Take Perpendicular Distances, Get One Side (Posted on 2007-07-08)

(A) In a right angled triangle PQR, an altitude RS is drawn from the vertex R of the right angle. The respective perpendicular distances of the point S from the sides PR and QR are 6 and 3.

Determine the length of PR.

(B) What would have been the length of PR if the respective perpendicular distances of the point S from the sides PR and QR were 8 and 4?

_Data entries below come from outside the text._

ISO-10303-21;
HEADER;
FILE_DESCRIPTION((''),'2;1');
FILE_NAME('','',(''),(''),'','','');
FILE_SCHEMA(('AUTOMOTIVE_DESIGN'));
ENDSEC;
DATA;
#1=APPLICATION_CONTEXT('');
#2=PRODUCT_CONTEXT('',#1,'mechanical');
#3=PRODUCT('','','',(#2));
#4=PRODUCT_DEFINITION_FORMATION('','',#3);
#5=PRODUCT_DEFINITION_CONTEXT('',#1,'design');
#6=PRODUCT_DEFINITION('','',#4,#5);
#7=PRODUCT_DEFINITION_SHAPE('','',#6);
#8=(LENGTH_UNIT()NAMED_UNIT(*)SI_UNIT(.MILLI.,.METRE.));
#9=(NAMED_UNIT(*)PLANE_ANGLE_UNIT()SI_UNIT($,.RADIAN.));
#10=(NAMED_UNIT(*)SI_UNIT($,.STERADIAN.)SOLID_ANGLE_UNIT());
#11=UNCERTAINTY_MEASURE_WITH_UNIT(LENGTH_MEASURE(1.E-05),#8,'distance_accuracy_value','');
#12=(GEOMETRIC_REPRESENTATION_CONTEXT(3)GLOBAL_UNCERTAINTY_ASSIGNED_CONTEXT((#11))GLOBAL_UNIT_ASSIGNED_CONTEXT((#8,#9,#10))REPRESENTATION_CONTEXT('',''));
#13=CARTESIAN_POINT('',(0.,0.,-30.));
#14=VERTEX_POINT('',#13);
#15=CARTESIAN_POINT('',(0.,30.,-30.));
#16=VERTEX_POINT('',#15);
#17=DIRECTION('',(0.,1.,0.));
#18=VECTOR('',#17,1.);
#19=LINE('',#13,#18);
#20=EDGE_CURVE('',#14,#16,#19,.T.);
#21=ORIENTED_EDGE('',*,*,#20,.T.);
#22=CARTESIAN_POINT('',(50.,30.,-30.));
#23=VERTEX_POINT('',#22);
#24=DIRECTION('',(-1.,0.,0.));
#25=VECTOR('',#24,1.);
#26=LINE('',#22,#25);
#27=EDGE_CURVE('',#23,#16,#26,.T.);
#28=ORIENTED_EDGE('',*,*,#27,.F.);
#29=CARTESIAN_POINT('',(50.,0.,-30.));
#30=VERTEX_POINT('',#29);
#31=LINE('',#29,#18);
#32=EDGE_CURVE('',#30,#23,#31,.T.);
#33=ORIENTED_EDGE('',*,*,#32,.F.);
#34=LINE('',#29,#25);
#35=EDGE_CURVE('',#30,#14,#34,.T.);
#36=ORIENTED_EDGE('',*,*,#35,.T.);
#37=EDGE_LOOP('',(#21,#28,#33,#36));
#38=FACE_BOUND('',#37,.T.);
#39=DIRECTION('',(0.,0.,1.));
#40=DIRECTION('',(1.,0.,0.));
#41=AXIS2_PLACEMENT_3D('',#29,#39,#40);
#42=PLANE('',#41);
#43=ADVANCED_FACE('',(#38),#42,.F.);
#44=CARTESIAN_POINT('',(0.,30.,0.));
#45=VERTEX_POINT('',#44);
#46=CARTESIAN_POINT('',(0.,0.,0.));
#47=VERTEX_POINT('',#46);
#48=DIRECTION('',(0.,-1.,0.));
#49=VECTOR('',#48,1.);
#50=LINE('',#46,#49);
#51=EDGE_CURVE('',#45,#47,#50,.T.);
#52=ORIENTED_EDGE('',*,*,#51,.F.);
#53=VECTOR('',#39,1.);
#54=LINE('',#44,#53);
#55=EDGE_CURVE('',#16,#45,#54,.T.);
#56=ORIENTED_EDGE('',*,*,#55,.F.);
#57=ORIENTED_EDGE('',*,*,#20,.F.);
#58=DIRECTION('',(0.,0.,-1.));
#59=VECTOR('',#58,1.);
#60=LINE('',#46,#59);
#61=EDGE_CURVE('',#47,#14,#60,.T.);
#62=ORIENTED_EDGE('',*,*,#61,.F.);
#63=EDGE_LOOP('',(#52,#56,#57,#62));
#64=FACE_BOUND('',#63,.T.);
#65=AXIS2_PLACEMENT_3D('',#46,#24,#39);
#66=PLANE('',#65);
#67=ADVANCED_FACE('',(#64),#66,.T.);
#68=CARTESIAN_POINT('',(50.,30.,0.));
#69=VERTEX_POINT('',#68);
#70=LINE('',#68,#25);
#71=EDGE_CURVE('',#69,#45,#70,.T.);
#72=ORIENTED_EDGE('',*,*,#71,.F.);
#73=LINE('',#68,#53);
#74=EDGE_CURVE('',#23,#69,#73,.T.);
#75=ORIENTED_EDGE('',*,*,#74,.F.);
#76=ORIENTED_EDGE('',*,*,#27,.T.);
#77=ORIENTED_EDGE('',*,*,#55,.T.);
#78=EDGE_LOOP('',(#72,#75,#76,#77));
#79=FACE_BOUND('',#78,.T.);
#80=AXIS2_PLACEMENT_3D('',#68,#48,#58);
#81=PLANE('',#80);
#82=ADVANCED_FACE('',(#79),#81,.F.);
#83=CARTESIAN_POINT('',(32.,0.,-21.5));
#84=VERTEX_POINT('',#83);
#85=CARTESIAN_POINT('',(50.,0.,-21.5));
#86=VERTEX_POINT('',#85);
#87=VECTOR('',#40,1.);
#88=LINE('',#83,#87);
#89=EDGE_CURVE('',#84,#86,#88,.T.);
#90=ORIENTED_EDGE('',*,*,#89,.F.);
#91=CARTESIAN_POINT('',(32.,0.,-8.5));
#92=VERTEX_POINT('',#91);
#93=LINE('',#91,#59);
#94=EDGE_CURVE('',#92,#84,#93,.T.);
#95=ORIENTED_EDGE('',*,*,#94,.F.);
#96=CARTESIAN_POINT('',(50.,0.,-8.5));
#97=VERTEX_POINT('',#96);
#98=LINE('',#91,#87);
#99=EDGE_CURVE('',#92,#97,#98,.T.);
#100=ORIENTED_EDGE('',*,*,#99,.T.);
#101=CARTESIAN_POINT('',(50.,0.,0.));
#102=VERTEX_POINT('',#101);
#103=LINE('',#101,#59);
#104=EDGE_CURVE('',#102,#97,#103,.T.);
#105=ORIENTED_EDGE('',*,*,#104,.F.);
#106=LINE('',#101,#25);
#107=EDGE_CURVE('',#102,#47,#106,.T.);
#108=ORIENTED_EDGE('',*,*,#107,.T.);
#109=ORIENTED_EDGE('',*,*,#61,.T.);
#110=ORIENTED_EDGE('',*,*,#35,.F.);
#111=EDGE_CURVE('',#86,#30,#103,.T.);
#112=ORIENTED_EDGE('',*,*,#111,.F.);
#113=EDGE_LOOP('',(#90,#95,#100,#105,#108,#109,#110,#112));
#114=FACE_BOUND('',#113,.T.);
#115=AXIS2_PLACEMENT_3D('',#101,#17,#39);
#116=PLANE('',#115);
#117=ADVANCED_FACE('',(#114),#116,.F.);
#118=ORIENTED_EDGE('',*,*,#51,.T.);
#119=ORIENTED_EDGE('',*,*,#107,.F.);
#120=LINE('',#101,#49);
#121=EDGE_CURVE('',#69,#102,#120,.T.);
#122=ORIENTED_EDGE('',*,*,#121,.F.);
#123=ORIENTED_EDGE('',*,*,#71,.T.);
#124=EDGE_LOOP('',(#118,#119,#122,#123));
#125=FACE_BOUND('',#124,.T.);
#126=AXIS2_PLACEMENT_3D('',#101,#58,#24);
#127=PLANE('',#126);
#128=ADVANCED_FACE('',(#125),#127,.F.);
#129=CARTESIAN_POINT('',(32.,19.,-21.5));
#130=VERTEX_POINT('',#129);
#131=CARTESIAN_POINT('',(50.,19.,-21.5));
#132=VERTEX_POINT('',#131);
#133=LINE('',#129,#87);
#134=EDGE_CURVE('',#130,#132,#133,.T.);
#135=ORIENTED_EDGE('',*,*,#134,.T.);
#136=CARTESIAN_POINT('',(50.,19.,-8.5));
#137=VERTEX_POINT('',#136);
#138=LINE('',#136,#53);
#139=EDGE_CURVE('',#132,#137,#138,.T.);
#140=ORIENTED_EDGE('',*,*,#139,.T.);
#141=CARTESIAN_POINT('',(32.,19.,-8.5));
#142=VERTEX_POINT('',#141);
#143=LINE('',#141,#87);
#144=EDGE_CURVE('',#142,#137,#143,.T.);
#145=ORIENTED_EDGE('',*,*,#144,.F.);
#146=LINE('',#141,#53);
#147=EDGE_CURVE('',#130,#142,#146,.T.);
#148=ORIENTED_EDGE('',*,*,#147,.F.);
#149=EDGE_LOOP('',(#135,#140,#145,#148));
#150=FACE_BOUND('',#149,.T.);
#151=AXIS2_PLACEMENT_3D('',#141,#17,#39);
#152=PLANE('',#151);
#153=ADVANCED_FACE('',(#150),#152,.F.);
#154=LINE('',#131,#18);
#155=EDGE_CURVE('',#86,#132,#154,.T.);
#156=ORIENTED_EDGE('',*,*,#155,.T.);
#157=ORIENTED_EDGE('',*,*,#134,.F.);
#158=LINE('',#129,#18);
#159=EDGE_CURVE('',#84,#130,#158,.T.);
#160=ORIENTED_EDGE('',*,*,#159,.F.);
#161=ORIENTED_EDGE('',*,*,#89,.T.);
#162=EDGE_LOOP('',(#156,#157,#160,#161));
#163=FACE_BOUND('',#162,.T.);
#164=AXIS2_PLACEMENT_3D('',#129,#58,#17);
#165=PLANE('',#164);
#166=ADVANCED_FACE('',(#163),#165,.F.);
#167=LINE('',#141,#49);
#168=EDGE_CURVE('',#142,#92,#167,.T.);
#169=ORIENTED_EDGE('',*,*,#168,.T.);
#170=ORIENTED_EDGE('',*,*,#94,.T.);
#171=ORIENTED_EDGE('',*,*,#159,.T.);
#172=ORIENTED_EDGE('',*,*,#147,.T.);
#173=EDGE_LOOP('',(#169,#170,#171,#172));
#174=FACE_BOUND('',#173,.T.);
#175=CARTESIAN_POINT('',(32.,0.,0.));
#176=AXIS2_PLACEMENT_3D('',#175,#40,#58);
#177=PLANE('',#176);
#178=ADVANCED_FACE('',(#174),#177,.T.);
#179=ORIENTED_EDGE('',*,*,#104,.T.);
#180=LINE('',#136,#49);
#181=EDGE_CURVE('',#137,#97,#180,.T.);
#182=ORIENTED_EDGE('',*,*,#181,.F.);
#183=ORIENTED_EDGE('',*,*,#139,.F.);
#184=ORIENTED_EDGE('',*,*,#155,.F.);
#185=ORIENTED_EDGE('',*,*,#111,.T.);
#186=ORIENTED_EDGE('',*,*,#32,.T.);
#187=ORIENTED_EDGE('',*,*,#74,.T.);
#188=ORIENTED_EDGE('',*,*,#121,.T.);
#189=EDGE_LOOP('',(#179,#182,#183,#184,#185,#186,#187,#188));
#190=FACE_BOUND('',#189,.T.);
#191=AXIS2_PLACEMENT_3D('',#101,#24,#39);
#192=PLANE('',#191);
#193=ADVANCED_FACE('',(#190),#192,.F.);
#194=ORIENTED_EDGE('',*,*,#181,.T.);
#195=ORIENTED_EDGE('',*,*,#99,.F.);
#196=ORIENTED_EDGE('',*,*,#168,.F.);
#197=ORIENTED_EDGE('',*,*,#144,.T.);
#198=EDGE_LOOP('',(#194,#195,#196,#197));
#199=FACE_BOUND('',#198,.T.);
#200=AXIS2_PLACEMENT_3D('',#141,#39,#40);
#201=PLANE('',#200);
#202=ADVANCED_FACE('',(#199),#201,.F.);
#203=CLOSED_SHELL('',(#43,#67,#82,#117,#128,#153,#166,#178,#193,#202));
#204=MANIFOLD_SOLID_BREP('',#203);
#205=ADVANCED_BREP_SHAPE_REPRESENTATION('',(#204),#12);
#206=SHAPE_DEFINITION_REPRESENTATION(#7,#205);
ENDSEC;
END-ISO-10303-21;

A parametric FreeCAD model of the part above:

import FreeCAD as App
import Part
import Sketcher

V = App.Vector
Q = App.Units.Quantity


def add_polygon(sketch, points):
    """Adds a closed chain of lines whose ends are joined by coincident constraints."""
    first, n = sketch.GeometryCount, len(points)
    for a, b in zip(points, points[1:] + points[:1]):
        sketch.addGeometry(Part.LineSegment(App.Vector(*a, 0), App.Vector(*b, 0)), False)
    for i in range(n):
        sketch.addConstraint(Sketcher.Constraint("Coincident", first + i, 2, first + (i + 1) % n, 1))

doc = App.newDocument("Part")
params = doc.addObject("Spreadsheet::Sheet", "Params")
for row, (alias, value) in enumerate([
    ("sketch1_width", "30 mm"),
    ("pad1_length", "50 mm"),
    ("sketch2_width", "19 mm"),
    ("sketch2_height", "13 mm"),
    ("pocket1_length", "18 mm"),
], start=1):
    params.set(f"A{row}", alias)
    params.set(f"B{row}", "=" + value)
    params.setAlias(f"B{row}", alias)

body = doc.addObject("PartDesign::Body", "Body")

sketch1 = doc.addObject("Sketcher::SketchObject", "Sketch")
body.addObject(sketch1)
sketch1.AttachmentSupport = (doc.YZ_Plane, [""])
sketch1.MapMode = "FlatFace"
add_polygon(sketch1, [(30, 0), (0, 0), (0, -30), (30, -30)])
sketch1.addConstraint([
    Sketcher.Constraint("Horizontal", 0),
    Sketcher.Constraint("Vertical", 1),
    Sketcher.Constraint("Horizontal", 2),
    Sketcher.Constraint("Vertical", 3),
    Sketcher.Constraint("Coincident", 0, 2, -1, 1),
    Sketcher.Constraint("Equal", 2, 1),
    Sketcher.Constraint("DistanceX", 0, 2, 0, 1, Q("30 mm")),
])
sketch1.setExpression("Constraints[10]", "Params.sketch1_width")
pad1 = doc.addObject("PartDesign::Pad", "Pad")
body.addObject(pad1)
pad1.Profile = sketch1
pad1.setExpression("Length", "Params.pad1_length")

sketch2 = doc.addObject("Sketcher::SketchObject", "Sketch001")
body.addObject(sketch2)
sketch2.AttachmentSupport = (doc.YZ_Plane, [""])
sketch2.MapMode = "FlatFace"
sketch2.AttachmentOffset = App.Placement(V(0, 0, 50), App.Rotation())
add_polygon(sketch2, [(19, -8), (0, -8), (0, -22), (19, -22)])
sketch2.addConstraint([
    Sketcher.Constraint("Horizontal", 0),
    Sketcher.Constraint("Vertical", 1),
    Sketcher.Constraint("Horizontal", 2),
    Sketcher.Constraint("Vertical", 3),
    Sketcher.Constraint("PointOnObject", 0, 2, -2),
    Sketcher.Constraint("DistanceX", 0, 2, 0, 1, Q("19 mm")),
    Sketcher.Constraint("DistanceY", 1, 2, 1, 1, Q("13 mm")),
    Sketcher.Constraint("DistanceY", 0, 2, -1, 1, Q("8.5 mm")),
])
sketch2.setExpression("Constraints[9]", "Params.sketch2_width")
sketch2.setExpression("Constraints[10]", "Params.sketch2_height")
pocket1 = doc.addObject("PartDesign::Pocket", "Pocket")
body.addObject(pocket1)
pocket1.Profile = sketch2
pocket1.setExpression("Length", "Params.pocket1_length")

doc.recompute()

Let the respective distance of S from the sides PR and QR be s and t. Draw ST perpendicular to QR and QU perpendicular to RP.
Then, ST = a (say) and SU = b (say).

We also observe that USTR is a rectangle. Let PR = c
Then, from the similarity of triangles, we obtain:

RU/ SU = SU/PU
Or, SU^2 = RU*PU
Or, b^2 = a*(c-a)
Or, c = (a^2 + b^2)/a

For PART (A), substituting (a, b) = (3, 6), we obtain:

PR = (3^2+6^2)/3 = 15

For PART (B), substituting (a, b) = (4, 8), we obtain:

PR = (4^2+8^2)/4 = 20

....................QED......................

*** Also refer to an alternative methodology provided by Praneeth Yalavarthi in this location.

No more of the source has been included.